# How to connect together multiple fact tables



## lourson (Feb 22, 2013)

Hi,
I have multiple fact tables, and dimension tables. My question is : what is the best way to connect the fact tables together. 
At first I just connected each fact table to my dimensions. For basic calculation, that is working fine.
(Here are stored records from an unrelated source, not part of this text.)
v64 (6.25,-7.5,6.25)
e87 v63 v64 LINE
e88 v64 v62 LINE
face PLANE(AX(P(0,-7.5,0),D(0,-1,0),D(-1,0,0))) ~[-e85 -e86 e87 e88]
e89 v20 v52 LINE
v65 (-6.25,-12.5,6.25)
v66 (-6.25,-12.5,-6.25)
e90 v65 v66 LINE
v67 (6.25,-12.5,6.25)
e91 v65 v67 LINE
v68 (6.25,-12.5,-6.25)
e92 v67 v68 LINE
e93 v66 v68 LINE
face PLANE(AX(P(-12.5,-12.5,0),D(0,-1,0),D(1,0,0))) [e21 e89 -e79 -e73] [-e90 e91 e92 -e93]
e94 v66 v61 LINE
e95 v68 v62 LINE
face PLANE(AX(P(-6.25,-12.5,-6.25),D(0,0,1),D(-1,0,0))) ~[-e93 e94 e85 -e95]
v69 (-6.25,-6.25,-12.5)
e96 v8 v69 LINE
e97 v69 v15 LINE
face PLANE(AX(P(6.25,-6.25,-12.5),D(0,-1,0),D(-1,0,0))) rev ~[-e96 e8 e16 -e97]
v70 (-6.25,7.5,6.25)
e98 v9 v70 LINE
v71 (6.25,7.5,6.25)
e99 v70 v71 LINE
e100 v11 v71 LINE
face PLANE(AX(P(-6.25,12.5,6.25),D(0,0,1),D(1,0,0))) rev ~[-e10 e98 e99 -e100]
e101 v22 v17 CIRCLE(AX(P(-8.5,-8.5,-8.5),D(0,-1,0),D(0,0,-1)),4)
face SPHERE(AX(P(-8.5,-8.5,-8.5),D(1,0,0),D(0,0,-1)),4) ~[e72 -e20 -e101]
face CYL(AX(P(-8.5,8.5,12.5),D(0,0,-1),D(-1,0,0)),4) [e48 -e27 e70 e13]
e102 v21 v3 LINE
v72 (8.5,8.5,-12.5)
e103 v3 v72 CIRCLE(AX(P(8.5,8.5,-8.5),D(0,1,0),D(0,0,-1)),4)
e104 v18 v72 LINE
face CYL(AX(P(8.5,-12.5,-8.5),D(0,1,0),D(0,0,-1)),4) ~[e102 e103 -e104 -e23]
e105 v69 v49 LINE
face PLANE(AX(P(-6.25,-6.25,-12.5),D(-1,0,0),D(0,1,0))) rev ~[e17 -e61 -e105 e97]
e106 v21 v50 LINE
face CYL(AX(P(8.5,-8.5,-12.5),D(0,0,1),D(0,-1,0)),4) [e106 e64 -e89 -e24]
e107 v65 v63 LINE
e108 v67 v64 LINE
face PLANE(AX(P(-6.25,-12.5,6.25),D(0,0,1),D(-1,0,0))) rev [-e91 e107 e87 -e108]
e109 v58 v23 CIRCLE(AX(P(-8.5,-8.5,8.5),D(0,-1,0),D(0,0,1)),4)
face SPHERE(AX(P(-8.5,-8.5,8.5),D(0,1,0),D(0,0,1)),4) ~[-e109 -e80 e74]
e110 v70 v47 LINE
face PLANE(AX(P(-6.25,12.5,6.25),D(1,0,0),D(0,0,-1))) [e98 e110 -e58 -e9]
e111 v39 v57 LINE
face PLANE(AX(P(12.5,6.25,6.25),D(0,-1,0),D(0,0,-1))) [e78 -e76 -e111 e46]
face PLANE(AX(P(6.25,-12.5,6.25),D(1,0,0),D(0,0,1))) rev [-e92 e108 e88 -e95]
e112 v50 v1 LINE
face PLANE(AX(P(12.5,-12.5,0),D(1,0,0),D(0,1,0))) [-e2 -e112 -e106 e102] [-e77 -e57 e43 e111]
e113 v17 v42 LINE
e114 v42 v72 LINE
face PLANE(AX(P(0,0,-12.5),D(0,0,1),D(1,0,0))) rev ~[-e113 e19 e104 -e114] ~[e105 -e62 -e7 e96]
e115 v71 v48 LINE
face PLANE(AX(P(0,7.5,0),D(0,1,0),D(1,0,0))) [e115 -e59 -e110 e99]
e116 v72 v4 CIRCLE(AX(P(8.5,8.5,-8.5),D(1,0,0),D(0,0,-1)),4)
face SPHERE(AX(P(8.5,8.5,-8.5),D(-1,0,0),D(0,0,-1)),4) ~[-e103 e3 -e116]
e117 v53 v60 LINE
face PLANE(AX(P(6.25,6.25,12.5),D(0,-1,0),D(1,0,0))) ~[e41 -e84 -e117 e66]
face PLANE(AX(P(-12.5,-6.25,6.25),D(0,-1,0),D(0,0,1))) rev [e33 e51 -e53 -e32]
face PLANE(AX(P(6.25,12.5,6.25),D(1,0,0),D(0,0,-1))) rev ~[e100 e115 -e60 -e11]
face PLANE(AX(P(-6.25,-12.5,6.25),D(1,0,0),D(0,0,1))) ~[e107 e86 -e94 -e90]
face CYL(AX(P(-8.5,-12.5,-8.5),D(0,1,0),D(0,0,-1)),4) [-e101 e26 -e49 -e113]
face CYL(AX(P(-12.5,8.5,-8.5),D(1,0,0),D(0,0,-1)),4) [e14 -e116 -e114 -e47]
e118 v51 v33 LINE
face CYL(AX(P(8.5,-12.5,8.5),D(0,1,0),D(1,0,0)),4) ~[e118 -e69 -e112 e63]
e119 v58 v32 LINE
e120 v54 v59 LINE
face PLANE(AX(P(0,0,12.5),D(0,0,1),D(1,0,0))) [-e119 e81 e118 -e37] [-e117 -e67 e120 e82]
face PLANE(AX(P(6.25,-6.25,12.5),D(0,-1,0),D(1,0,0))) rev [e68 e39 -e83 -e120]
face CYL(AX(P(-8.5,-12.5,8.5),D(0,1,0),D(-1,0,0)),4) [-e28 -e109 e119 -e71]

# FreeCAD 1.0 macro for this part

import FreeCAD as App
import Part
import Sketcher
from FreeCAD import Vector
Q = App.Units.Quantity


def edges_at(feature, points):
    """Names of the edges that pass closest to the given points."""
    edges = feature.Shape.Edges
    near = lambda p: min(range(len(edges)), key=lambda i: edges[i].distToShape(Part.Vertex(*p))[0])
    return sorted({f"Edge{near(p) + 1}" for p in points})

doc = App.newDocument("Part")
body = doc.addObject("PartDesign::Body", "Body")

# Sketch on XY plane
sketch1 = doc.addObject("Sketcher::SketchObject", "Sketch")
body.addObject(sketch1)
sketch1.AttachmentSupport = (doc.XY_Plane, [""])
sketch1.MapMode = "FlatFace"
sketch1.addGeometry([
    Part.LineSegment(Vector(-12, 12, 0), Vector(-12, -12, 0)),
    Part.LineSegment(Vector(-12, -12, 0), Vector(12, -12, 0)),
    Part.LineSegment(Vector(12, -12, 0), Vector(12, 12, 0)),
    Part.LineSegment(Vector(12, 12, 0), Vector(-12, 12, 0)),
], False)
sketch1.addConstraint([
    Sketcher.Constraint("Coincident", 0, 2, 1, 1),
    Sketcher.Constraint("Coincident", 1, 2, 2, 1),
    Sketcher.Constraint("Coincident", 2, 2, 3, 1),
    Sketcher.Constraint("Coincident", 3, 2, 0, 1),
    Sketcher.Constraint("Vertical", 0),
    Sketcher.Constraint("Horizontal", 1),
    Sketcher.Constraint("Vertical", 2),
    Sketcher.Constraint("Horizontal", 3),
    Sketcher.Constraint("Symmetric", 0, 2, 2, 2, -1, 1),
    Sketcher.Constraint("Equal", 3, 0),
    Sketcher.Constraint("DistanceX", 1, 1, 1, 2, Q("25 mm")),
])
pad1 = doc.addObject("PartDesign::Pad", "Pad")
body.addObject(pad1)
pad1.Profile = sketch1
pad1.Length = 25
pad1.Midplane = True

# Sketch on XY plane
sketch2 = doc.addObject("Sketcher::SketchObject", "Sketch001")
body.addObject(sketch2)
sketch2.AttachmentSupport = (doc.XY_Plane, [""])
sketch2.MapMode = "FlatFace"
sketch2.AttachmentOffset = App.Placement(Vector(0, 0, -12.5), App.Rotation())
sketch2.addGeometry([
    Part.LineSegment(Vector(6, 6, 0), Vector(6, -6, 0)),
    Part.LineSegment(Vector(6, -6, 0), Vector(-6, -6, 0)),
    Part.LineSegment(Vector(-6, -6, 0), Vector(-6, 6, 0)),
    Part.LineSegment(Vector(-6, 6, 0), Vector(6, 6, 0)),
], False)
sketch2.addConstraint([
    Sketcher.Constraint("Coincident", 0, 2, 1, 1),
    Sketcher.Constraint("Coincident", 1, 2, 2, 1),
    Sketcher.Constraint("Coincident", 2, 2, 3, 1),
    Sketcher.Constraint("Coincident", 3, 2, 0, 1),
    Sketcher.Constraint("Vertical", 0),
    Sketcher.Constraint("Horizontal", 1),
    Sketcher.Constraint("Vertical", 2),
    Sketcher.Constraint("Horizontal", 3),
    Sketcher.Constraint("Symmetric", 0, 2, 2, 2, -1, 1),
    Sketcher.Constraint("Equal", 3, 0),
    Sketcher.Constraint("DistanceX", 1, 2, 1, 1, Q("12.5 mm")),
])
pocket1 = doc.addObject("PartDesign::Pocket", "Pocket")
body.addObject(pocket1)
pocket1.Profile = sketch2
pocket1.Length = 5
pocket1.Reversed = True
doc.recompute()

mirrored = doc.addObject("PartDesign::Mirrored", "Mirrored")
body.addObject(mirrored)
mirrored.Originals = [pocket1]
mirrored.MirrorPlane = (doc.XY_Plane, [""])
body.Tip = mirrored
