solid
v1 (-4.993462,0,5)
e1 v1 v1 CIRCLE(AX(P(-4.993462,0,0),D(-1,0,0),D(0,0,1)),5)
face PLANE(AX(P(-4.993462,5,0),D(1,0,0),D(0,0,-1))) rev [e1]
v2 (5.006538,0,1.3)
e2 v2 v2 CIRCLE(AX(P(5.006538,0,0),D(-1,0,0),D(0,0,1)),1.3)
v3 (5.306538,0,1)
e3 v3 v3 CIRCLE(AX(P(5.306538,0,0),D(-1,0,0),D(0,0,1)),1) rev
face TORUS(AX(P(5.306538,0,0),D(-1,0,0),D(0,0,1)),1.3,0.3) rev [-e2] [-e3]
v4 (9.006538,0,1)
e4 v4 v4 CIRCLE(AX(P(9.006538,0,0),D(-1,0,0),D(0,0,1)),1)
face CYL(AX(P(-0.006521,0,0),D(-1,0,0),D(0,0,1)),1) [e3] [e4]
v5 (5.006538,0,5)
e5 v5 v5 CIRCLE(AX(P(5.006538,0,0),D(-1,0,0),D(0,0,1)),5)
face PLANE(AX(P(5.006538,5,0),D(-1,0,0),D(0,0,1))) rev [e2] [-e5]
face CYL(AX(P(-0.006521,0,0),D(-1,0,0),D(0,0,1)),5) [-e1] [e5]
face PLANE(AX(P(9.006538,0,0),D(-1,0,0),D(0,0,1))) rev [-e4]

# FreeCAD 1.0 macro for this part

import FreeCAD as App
import Part
import Sketcher


def edges_at(feature, points):
    """Names of the edges that pass closest to the given points."""
    edges = feature.Shape.Edges
    near = lambda p: min(range(len(edges)), key=lambda i: edges[i].distToShape(Part.Vertex(*p))[0])
    return sorted({f"Edge{near(p) + 1}" for p in points})


def add_polygon(sketch, points):
    """Adds a closed chain of lines whose ends are joined by coincident constraints."""
    first, n = sketch.GeometryCount, len(points)
    for a, b in zip(points, points[1:] + points[:1]):
        sketch.addGeometry(Part.LineSegment(App.Vector(*a, 0), App.Vector(*b, 0)), False)
    for i in range(n):
        sketch.addConstraint(Sketcher.Constraint("Coincident", first + i, 2, first + (i + 1) % n, 1))

doc = App.newDocument("Part")
body = doc.addObject("PartDesign::Body", "Body")

# Sketch on XY plane
sketch1 = doc.addObject("Sketcher::SketchObject", "Sketch")
body.addObject(sketch1)
sketch1.AttachmentSupport = (doc.XY_Plane, [""])
sketch1.MapMode = "FlatFace"
add_polygon(sketch1, [(5, 5), (-5, 5), (-5, 0), (9, 0), (9, 1), (5, 1)])  # lines 0-5
sketch1.addConstraint(Sketcher.Constraint("Horizontal", 0))
sketch1.addConstraint(Sketcher.Constraint("Vertical", 1))
sketch1.addConstraint(Sketcher.Constraint("Horizontal", 2))
sketch1.addConstraint(Sketcher.Constraint("Vertical", 3))
sketch1.addConstraint(Sketcher.Constraint("Horizontal", 4))
sketch1.addConstraint(Sketcher.Constraint("Vertical", 5))
sketch1.addConstraint(Sketcher.Constraint("PointOnObject", 1, 2, -1))
sketch1.addConstraint(Sketcher.Constraint("Equal", 4, 5))
sketch1.addConstraint(Sketcher.Constraint("DistanceX", 0, 2, 0, 1, 10.0))
sketch1.addConstraint(Sketcher.Constraint("DistanceX", 2, 1, 2, 2, 14.0))
sketch1.addConstraint(Sketcher.Constraint("DistanceY", 1, 2, 1, 1, 5.0))
sketch1.addConstraint(Sketcher.Constraint("DistanceX", 0, 2, -1, 1, 4.993462))
revolution = doc.addObject("PartDesign::Revolution", "Revolution")
body.addObject(revolution)
revolution.Profile = sketch1
revolution.ReferenceAxis = (sketch1, ["H_Axis"])
revolution.Angle = 360
doc.recompute()

fillet = doc.addObject("PartDesign::Fillet", "Fillet")
body.addObject(fillet)
fillet.Base = (revolution, edges_at(revolution, [(5.007, 0, -1)]))
fillet.Radius = 0.3

doc.recompute()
But then I need to create conditions covering multiple fact tables and I'm starting to create a schema like hell, which doesn't seem a long term reliable idea.
Click here to see a version of my schema with the minimum details (I will be adding more facts tables):

Most of my information is related to user accounts, and my DimAccount get me all my users ID.
here the kind of metrics I'd like to have, which requires me to look at data in multiple fact tables at once:


Number of users who have 1 Thread but no Answers and no Actions.
Most active users (number of threads or answers) on a given period
How do you suggest I do that ? I've used the DimAccounts table to create calculated columns which get the values from each fact tables, is this a correct way to do that ? It feels bad...
Thanks a lot !


----------



## marco.russo (Feb 24, 2013)

Creating calculated columns would generate static data, whereas you might want to analyze a specific period of data in a dynamic way.
For example, the following calculation would solve the "Number of users who have 1 Thread but no Answers and no Actions" even if it wouldn't work with your schema because I don't see a relationship between DimAccounts and ActionData.


```
UsersOneThread :=
COUNTROWS (
    FILTER (
        DimAccounts,
        CALCULATE ( COUNTROWS ( Threads ) ) = 1
        && CALCULATE ( COUNTROWS ( Answers ) ) = 0
        && CALCULATE ( COUNTROWS ( ActionData ) ) = 0
    )
)
```

The following one (Most active users) can be resolved in different ways, it depends if you want a PivotTable or a DAX query. What is your goal?


----------



## lourson (Feb 25, 2013)

Thank you very much for your insight. I haven't thought of such an elegant way to handle this problem! It seems to work fine (once I added the missing relationship indeed). I'm cleaning right now my old fashion way 

Regarding the other data, I'm constructing a dashboard with slicers and many graphs and I'd like to include a table with the TOP users list. I'm not sure which way would be best to do so?


----------



## marco.russo (Feb 25, 2013)

There are two ways: using a PivotTable sorting and filtering data by using the "Top 10" filter in rows, or writing a DAX query as described here up to "Edit DAX" step: Linkback Tables in PowerPivot for Excel 2013 | SQLBI


----------



## lourson (Feb 26, 2013)

Hi

Related question with the same dashboard, in order to extend the "Number of users who have 1 Thread but no Answers and no Actions" KPI : If I wanted to filter on users who have subscribed at least XX weeks before the current week, how could I do that? (XX could be 1 for now).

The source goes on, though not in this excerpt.